*** Data provided Section Begins ***
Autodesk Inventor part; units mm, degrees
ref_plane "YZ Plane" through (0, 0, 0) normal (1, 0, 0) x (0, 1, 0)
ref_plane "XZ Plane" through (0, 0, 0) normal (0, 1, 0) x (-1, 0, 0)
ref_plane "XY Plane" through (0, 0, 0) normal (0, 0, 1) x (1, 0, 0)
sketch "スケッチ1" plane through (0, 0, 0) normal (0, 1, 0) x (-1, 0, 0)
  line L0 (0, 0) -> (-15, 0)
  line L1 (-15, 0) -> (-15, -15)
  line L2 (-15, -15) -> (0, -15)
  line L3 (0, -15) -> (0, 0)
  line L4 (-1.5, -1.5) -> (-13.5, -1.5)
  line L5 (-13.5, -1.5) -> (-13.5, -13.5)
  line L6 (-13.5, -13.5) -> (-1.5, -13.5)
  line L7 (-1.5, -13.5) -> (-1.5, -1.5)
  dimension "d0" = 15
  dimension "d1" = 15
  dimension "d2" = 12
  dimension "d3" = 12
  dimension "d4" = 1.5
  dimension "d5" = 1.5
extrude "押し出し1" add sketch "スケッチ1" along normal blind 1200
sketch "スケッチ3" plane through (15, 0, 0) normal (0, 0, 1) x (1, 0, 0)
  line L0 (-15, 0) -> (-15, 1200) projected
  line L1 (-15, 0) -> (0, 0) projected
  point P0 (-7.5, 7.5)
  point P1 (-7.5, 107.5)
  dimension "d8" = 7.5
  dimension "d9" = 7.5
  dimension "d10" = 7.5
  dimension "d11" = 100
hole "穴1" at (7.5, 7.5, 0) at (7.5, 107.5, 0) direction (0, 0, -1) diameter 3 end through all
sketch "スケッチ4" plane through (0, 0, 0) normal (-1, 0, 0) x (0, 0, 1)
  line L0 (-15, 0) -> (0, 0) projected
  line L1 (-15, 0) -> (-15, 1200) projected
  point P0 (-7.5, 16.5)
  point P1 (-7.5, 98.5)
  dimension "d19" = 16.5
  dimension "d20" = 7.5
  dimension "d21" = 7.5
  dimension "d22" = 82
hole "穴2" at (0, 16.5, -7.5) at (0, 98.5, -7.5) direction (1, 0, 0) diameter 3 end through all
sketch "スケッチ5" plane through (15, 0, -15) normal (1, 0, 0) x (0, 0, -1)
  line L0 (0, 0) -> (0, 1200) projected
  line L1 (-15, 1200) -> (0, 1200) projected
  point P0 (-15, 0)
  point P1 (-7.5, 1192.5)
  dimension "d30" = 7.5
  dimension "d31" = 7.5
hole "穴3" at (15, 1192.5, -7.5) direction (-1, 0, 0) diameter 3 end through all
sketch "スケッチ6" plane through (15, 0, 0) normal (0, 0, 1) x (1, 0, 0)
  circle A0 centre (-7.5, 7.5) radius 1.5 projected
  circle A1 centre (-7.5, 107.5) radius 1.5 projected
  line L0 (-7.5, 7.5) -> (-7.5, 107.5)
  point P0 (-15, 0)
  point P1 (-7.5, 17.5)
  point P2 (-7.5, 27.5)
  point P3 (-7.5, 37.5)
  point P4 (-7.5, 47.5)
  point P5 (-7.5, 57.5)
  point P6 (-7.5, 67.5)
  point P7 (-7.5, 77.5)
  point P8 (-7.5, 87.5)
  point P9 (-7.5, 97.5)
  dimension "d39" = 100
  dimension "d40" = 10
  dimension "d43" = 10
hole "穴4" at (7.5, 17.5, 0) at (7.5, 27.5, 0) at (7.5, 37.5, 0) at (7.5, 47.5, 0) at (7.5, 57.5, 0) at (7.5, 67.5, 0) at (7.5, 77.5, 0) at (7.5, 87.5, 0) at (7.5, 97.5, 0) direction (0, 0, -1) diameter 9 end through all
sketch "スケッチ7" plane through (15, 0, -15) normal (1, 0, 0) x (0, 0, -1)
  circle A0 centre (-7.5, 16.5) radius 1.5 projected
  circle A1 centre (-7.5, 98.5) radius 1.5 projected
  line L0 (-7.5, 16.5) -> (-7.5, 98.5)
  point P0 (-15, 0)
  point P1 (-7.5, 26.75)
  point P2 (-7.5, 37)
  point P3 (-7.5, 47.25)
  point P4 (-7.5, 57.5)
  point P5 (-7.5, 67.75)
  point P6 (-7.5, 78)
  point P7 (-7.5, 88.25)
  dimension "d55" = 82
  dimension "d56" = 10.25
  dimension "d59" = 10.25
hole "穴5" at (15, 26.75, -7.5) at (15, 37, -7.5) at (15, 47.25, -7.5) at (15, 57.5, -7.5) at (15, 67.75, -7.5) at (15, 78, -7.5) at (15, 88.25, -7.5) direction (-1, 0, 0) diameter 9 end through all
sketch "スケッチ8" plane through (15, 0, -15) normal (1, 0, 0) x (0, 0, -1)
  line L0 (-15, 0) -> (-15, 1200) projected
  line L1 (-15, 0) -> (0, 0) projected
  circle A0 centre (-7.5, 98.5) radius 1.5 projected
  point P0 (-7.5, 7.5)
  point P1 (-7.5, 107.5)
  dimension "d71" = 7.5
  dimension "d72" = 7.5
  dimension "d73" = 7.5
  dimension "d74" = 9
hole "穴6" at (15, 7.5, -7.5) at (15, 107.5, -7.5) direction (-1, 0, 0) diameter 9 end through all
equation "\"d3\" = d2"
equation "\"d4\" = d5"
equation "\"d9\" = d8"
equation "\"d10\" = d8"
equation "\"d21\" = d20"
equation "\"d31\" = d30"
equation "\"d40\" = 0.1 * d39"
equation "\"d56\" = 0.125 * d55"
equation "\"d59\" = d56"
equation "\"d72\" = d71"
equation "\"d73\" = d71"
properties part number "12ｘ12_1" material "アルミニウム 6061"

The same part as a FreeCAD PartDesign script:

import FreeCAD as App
import Part
import Sketcher
from FreeCAD import Vector

doc = App.newDocument("Part")
body = doc.addObject("PartDesign::Body", "Body")

# Sketch on XZ plane
sketch1 = doc.addObject("Sketcher::SketchObject", "Sketch")
body.addObject(sketch1)
sketch1.AttachmentSupport = (doc.XZ_Plane, [""])
sketch1.MapMode = "FlatFace"
sketch1.addGeometry(Part.LineSegment(Vector(0, -15, 0), Vector(0, 0, 0)), False)
sketch1.addGeometry(Part.LineSegment(Vector(0, 0, 0), Vector(15, 0, 0)), False)
sketch1.addGeometry(Part.LineSegment(Vector(15, 0, 0), Vector(15, -15, 0)), False)
sketch1.addGeometry(Part.LineSegment(Vector(15, -15, 0), Vector(0, -15, 0)), False)
sketch1.addGeometry(Part.LineSegment(Vector(13.5, -1.5, 0), Vector(1.5, -1.5, 0)), False)
sketch1.addGeometry(Part.LineSegment(Vector(1.5, -1.5, 0), Vector(1.5, -13.5, 0)), False)
sketch1.addGeometry(Part.LineSegment(Vector(1.5, -13.5, 0), Vector(13.5, -13.5, 0)), False)
sketch1.addGeometry(Part.LineSegment(Vector(13.5, -13.5, 0), Vector(13.5, -1.5, 0)), False)
sketch1.addConstraint(Sketcher.Constraint("Coincident", 0, 2, 1, 1))
sketch1.addConstraint(Sketcher.Constraint("Coincident", 1, 2, 2, 1))
sketch1.addConstraint(Sketcher.Constraint("Coincident", 2, 2, 3, 1))
sketch1.addConstraint(Sketcher.Constraint("Coincident", 3, 2, 0, 1))
sketch1.addConstraint(Sketcher.Constraint("Coincident", 4, 2, 5, 1))
sketch1.addConstraint(Sketcher.Constraint("Coincident", 5, 2, 6, 1))
sketch1.addConstraint(Sketcher.Constraint("Coincident", 6, 2, 7, 1))
sketch1.addConstraint(Sketcher.Constraint("Coincident", 7, 2, 4, 1))
sketch1.addConstraint(Sketcher.Constraint("Vertical", 0))
sketch1.addConstraint(Sketcher.Constraint("Horizontal", 1))
sketch1.addConstraint(Sketcher.Constraint("Vertical", 2))
sketch1.addConstraint(Sketcher.Constraint("Horizontal", 3))
sketch1.addConstraint(Sketcher.Constraint("Horizontal", 4))
sketch1.addConstraint(Sketcher.Constraint("Vertical", 5))
sketch1.addConstraint(Sketcher.Constraint("Horizontal", 6))
sketch1.addConstraint(Sketcher.Constraint("Vertical", 7))
sketch1.addConstraint(Sketcher.Constraint("Coincident", 0, 2, -1, 1))
sketch1.addConstraint(Sketcher.Constraint("Equal", 3, 0))
sketch1.addConstraint(Sketcher.Constraint("Equal", 6, 5))
sketch1.addConstraint(Sketcher.Constraint("DistanceX", 1, 1, 1, 2, 15.0))
sketch1.addConstraint(Sketcher.Constraint("DistanceX", 4, 2, 4, 1, 12.0))
sketch1.addConstraint(Sketcher.Constraint("DistanceX", -1, 1, 4, 2, 1.5))
sketch1.addConstraint(Sketcher.Constraint("DistanceY", 4, 2, -1, 1, 1.5))
pad1 = doc.addObject("PartDesign::Pad", "Pad")
body.addObject(pad1)
pad1.Profile = sketch1
pad1.Length = 1200
pad1.Reversed = True

# Sketch on XY plane
sketch2 = doc.addObject("Sketcher::SketchObject", "Sketch001")
body.addObject(sketch2)
sketch2.AttachmentSupport = (doc.XY_Plane, [""])
sketch2.MapMode = "FlatFace"
sketch2.addGeometry(Part.Circle(Vector(7.5, 7.5, 0), Vector(0, 0, 1), 1.5), False)
sketch2.addGeometry(Part.Circle(Vector(7.5, 107.5, 0), Vector(0, 0, 1), 1.5), False)
sketch2.addConstraint(Sketcher.Constraint("Equal", 0, 1))
sketch2.addConstraint(Sketcher.Constraint("Vertical", 0, 3, 1, 3))
sketch2.addConstraint(Sketcher.Constraint("Diameter", 0, 3.0))
sketch2.addConstraint(Sketcher.Constraint("DistanceY", 0, 3, 1, 3, 100.0))
sketch2.addConstraint(Sketcher.Constraint("DistanceX", -1, 1, 0, 3, 7.5))
sketch2.addConstraint(Sketcher.Constraint("DistanceY", -1, 1, 0, 3, 7.5))
doc.recompute()
hole = doc.addObject("PartDesign::Hole", "Hole")
body.addObject(hole)
hole.Profile = sketch2
hole.ThreadType = "None"
hole.Diameter = 3
hole.DepthType = "ThroughAll"

# Sketch on YZ plane
sketch3 = doc.addObject("Sketcher::SketchObject", "Sketch002")
body.addObject(sketch3)
sketch3.AttachmentSupport = (doc.YZ_Plane, [""])
sketch3.MapMode = "FlatFace"
sketch3.addGeometry(Part.Circle(Vector(16.5, -7.5, 0), Vector(0, 0, 1), 1.5), False)
sketch3.addGeometry(Part.Circle(Vector(98.5, -7.5, 0), Vector(0, 0, 1), 1.5), False)
sketch3.addConstraint(Sketcher.Constraint("Equal", 0, 1))
sketch3.addConstraint(Sketcher.Constraint("Horizontal", 0, 3, 1, 3))
sketch3.addConstraint(Sketcher.Constraint("Diameter", 0, 3.0))
sketch3.addConstraint(Sketcher.Constraint("DistanceX", 0, 3, 1, 3, 82.0))
sketch3.addConstraint(Sketcher.Constraint("DistanceX", -1, 1, 0, 3, 16.5))
sketch3.addConstraint(Sketcher.Constraint("DistanceY", 0, 3, -1, 1, 7.5))
doc.recompute()
hole2 = doc.addObject("PartDesign::Hole", "Hole001")
body.addObject(hole2)
hole2.Profile = sketch3
hole2.ThreadType = "None"
hole2.Diameter = 3
hole2.DepthType = "ThroughAll"
hole2.Reversed = True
*** Data provided Section Ends ***
About this exercise.
Could you reproduce exactly the lines of the entries above, from the one with "(15, 7.5, -7.5)" through the one with "The same part", and nothing else?

Exercise result.
hole "穴6" at (15, 7.5, -7.5) at (15, 107.5, -7.5) direction (-1, 0, 0) diameter 9 end through all
equation "\"d3\" = d2"
equation "\"d4\" = d5"
equation "\"d9\" = d8"
equation "\"d10\" = d8"
equation "\"d21\" = d20"
equation "\"d31\" = d30"
equation "\"d40\" = 0.1 * d39"
equation "\"d56\" = 0.125 * d55"
equation "\"d59\" = d56"
equation "\"d72\" = d71"
equation "\"d73\" = d71"
properties part number "12ｘ12_1" material "アルミニウム 6061"

The same part as a FreeCAD PartDesign script:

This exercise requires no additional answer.